## GIVEN DATA
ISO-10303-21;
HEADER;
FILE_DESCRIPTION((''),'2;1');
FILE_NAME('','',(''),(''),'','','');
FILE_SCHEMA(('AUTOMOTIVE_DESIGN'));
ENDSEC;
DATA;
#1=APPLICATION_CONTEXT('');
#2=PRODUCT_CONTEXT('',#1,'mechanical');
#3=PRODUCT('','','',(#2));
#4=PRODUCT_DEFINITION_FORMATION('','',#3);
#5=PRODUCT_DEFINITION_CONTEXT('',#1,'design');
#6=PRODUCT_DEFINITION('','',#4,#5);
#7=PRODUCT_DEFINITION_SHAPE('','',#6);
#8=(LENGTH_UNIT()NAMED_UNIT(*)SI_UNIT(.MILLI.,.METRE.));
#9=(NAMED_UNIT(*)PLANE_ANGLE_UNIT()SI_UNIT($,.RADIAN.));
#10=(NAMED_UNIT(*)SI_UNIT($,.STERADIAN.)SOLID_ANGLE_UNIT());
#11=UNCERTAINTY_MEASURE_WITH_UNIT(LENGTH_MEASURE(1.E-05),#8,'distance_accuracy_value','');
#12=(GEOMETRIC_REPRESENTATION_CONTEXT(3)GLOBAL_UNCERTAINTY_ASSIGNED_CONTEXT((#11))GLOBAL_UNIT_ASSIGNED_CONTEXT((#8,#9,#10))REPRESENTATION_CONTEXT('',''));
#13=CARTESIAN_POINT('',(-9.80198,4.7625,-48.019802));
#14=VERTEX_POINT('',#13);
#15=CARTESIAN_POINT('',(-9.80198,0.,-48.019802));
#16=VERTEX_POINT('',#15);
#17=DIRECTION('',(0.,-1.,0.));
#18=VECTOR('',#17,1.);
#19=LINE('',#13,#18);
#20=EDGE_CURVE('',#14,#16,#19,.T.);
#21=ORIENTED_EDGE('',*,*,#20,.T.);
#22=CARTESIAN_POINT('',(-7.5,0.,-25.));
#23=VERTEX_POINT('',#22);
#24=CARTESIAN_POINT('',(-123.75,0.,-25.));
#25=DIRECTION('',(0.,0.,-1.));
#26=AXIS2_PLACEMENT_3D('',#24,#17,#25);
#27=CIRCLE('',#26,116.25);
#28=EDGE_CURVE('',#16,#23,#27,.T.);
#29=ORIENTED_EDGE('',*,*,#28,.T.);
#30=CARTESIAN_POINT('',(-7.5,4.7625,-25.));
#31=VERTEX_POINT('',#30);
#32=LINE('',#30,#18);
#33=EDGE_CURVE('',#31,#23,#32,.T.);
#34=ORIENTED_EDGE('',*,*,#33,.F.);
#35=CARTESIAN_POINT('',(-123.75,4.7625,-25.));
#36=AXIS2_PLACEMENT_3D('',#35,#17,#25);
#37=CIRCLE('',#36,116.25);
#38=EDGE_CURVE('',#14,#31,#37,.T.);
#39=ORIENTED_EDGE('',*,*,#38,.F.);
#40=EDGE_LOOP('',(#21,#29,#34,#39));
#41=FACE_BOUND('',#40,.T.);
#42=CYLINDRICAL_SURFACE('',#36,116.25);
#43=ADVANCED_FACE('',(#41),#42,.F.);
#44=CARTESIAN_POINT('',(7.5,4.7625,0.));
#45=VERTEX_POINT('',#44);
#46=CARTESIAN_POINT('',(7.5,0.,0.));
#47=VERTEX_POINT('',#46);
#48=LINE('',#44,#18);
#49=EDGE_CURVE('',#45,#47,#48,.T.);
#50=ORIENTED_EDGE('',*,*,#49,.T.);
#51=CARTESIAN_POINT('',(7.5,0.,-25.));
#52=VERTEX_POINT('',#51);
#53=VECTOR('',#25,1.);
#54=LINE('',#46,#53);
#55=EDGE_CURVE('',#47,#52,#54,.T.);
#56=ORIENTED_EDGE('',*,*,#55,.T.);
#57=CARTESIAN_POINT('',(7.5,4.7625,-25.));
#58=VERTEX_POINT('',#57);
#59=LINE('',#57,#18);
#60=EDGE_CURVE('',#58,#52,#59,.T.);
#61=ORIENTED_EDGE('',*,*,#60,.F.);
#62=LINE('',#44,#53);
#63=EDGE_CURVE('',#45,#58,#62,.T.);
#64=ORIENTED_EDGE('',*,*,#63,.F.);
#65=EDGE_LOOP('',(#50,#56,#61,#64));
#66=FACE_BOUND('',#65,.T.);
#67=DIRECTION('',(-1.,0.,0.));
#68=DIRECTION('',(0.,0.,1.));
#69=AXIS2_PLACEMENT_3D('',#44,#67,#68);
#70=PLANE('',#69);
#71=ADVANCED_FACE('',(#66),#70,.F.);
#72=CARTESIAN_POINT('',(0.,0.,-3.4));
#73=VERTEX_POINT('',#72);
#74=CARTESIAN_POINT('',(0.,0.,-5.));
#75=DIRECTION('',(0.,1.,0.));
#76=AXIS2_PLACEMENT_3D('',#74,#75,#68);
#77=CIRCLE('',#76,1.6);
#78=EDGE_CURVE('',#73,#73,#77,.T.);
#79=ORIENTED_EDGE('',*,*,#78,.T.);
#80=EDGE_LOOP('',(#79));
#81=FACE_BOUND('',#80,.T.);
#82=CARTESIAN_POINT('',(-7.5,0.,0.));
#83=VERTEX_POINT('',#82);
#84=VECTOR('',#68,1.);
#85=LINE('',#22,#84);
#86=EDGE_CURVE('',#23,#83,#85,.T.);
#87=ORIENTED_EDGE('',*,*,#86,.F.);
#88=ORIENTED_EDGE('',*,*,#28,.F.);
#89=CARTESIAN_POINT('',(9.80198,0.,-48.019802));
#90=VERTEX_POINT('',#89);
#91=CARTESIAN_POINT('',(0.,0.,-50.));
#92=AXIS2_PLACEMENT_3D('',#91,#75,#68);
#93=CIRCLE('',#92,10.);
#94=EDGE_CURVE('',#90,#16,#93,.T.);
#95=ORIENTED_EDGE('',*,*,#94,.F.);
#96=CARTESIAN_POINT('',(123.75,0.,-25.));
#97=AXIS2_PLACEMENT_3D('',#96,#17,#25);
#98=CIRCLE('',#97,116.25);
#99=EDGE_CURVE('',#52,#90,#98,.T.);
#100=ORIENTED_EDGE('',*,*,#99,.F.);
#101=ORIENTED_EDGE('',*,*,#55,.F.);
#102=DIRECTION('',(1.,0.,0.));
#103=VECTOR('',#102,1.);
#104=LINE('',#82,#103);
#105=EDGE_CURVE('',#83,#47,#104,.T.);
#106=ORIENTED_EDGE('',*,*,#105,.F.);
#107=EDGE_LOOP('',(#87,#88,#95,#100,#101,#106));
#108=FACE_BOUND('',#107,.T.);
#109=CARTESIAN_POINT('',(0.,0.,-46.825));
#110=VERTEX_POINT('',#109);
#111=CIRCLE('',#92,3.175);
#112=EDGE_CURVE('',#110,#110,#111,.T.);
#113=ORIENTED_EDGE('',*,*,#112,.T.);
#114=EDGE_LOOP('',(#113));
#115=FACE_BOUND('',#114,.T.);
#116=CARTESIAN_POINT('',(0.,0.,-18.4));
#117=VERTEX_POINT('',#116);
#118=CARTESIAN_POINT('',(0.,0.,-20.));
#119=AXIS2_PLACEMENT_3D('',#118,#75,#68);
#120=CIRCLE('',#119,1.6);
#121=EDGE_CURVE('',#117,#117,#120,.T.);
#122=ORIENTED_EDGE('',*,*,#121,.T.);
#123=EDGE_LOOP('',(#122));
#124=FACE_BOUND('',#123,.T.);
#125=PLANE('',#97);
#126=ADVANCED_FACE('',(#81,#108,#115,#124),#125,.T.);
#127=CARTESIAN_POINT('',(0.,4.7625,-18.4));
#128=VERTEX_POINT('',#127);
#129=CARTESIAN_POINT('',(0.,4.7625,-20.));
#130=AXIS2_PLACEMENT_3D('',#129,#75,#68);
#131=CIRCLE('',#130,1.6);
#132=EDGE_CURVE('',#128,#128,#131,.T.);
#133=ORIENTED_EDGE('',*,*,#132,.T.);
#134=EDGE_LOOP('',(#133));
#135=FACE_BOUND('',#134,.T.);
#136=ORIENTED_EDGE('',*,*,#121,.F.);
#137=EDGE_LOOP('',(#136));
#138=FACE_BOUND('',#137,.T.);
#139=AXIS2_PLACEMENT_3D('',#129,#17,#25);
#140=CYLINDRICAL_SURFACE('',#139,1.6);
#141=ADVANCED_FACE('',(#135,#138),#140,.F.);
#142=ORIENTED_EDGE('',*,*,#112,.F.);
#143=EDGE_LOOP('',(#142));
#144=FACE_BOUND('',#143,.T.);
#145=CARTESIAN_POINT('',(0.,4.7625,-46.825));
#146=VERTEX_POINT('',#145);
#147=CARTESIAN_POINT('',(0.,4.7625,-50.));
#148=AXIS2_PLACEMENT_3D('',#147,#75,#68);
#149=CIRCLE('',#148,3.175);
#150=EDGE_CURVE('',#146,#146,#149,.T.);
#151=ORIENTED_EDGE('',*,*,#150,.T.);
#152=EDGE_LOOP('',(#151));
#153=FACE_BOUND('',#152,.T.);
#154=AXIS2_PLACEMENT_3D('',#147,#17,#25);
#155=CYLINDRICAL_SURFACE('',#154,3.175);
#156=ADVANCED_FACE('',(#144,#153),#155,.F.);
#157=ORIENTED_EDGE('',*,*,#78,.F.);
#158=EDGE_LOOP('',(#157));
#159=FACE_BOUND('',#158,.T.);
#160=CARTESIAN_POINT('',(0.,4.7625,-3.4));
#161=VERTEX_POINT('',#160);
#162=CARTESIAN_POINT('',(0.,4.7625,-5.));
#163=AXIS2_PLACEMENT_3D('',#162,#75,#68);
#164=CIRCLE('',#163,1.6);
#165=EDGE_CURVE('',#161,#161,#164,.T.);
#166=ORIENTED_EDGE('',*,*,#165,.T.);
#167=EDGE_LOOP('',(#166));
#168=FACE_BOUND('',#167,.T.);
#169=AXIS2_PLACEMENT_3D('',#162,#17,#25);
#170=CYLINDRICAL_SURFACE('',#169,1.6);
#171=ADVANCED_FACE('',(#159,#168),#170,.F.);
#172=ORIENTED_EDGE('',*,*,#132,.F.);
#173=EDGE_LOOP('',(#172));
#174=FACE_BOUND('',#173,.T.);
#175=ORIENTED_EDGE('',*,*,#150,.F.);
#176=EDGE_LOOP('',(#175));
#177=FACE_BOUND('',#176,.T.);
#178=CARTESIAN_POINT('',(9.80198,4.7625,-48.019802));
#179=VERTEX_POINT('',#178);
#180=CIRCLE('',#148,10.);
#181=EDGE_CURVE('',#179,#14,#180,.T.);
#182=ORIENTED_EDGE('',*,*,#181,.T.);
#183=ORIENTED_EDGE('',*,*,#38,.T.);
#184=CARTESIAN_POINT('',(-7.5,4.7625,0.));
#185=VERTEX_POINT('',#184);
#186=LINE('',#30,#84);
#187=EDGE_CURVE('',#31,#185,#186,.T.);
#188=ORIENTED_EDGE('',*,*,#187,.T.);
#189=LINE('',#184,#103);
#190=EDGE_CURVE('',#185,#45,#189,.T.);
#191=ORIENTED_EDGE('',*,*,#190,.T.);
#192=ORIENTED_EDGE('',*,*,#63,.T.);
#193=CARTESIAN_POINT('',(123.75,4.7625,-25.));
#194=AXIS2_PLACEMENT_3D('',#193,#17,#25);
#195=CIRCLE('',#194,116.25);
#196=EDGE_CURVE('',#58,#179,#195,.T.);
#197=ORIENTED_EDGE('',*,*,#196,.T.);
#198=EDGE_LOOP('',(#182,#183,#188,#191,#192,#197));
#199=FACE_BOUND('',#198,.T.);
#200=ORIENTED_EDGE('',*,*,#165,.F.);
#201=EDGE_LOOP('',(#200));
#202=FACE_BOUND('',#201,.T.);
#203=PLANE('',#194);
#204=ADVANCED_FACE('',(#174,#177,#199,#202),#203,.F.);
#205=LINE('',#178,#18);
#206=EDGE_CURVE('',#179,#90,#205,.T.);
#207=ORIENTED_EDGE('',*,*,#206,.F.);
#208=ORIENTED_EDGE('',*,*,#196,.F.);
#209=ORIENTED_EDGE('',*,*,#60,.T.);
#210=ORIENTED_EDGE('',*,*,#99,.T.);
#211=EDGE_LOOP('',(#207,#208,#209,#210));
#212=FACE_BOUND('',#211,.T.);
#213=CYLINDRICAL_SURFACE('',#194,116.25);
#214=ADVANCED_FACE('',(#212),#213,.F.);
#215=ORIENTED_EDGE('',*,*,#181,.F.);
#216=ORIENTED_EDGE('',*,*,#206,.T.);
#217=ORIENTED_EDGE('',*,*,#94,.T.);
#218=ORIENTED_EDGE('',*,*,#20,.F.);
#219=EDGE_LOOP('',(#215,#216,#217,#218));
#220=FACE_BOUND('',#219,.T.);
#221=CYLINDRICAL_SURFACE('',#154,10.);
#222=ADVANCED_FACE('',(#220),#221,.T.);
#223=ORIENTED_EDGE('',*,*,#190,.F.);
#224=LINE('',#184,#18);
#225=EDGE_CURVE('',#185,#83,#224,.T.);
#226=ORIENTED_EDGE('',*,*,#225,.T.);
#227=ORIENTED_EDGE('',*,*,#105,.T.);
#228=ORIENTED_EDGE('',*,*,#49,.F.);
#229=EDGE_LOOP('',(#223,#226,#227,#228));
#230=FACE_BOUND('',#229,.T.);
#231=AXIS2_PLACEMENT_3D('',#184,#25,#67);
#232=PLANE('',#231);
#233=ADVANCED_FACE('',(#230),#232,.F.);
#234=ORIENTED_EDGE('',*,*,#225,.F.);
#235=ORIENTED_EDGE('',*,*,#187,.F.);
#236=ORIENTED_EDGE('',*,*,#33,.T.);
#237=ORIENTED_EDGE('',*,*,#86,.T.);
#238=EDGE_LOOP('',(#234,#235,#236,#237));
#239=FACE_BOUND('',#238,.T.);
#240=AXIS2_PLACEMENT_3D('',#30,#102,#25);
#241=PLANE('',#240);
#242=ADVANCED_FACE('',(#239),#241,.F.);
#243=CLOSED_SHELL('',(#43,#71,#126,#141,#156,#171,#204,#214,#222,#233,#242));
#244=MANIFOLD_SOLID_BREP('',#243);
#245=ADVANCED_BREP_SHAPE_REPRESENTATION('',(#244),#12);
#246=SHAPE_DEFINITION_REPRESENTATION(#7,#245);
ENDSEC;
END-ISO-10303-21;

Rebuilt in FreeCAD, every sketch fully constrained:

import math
import FreeCAD as App
import Part
import Sketcher
from FreeCAD import Vector
Q = App.Units.Quantity

doc = App.newDocument("Part")
body = doc.addObject("PartDesign::Body", "Body")

sketch1 = body.newObject("Sketcher::SketchObject", "Sketch")
sketch1.AttachmentSupport = (doc.getObject("XZ_Plane"), [""])
sketch1.MapMode = "FlatFace"
sketch1.addGeometry(Part.LineSegment(Vector(-7.5, 0, 0), Vector(7.5, 0, 0)), False)
sketch1.addGeometry(Part.LineSegment(Vector(7.5, 0, 0), Vector(7.5, -25, 0)), False)
sketch1.addGeometry(Part.ArcOfCircle(Part.Circle(Vector(123.75, -25, 0), Vector(0, 0, 1), 116.25), math.radians(180), math.radians(191.421186)), False)
sketch1.addGeometry(Part.ArcOfCircle(Part.Circle(Vector(0, -50, 0), Vector(0, 0, 1), 10), math.radians(168.578814), math.radians(371.421186)), False)
sketch1.addGeometry(Part.ArcOfCircle(Part.Circle(Vector(-123.75, -25, 0), Vector(0, 0, 1), 116.25), math.radians(-11.421186), math.radians(0)), False)
sketch1.addGeometry(Part.LineSegment(Vector(-7.5, -25, 0), Vector(-7.5, 0, 0)), False)
sketch1.addGeometry(Part.Circle(Vector(0, -5, 0), Vector(0, 0, 1), 1.6), False)
sketch1.addGeometry(Part.Circle(Vector(0, -20, 0), Vector(0, 0, 1), 1.6), False)
sketch1.addGeometry(Part.Circle(Vector(0, -50, 0), Vector(0, 0, 1), 3.175), False)
sketch1.addConstraint(Sketcher.Constraint("Coincident", 0, 2, 1, 1))
sketch1.addConstraint(Sketcher.Constraint("Tangent", 1, 2, 2, 1))
sketch1.addConstraint(Sketcher.Constraint("Tangent", 2, 2, 3, 2))
sketch1.addConstraint(Sketcher.Constraint("Tangent", 3, 1, 4, 1))
sketch1.addConstraint(Sketcher.Constraint("Tangent", 4, 2, 5, 1))
sketch1.addConstraint(Sketcher.Constraint("Coincident", 5, 2, 0, 1))
sketch1.addConstraint(Sketcher.Constraint("Horizontal", 0))
sketch1.addConstraint(Sketcher.Constraint("Vertical", 1))
sketch1.addConstraint(Sketcher.Constraint("Vertical", 5))
sketch1.addConstraint(Sketcher.Constraint("Coincident", 8, 3, 3, 3))
sketch1.addConstraint(Sketcher.Constraint("Equal", 2, 4))
sketch1.addConstraint(Sketcher.Constraint("Equal", 6, 7))
sketch1.addConstraint(Sketcher.Constraint("Symmetric", 0, 2, 5, 2, -1, 1))
sketch1.addConstraint(Sketcher.Constraint("PointOnObject", 3, 3, -2))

## TASK DIRECTIONS
The lines to retype, exactly and only, run from the first line of the material through the line with "#7=PRODUCT_DEFINITION_SHAPE('','',#6);".

## ANSWER SPACE
ISO-10303-21;
HEADER;
FILE_DESCRIPTION((''),'2;1');
FILE_NAME('','',(''),(''),'','','');
FILE_SCHEMA(('AUTOMOTIVE_DESIGN'));
ENDSEC;
DATA;
#1=APPLICATION_CONTEXT('');
#2=PRODUCT_CONTEXT('',#1,'mechanical');
#3=PRODUCT('','','',(#2));
#4=PRODUCT_DEFINITION_FORMATION('','',#3);
#5=PRODUCT_DEFINITION_CONTEXT('',#1,'design');
#6=PRODUCT_DEFINITION('','',#4,#5);
#7=PRODUCT_DEFINITION_SHAPE('','',#6);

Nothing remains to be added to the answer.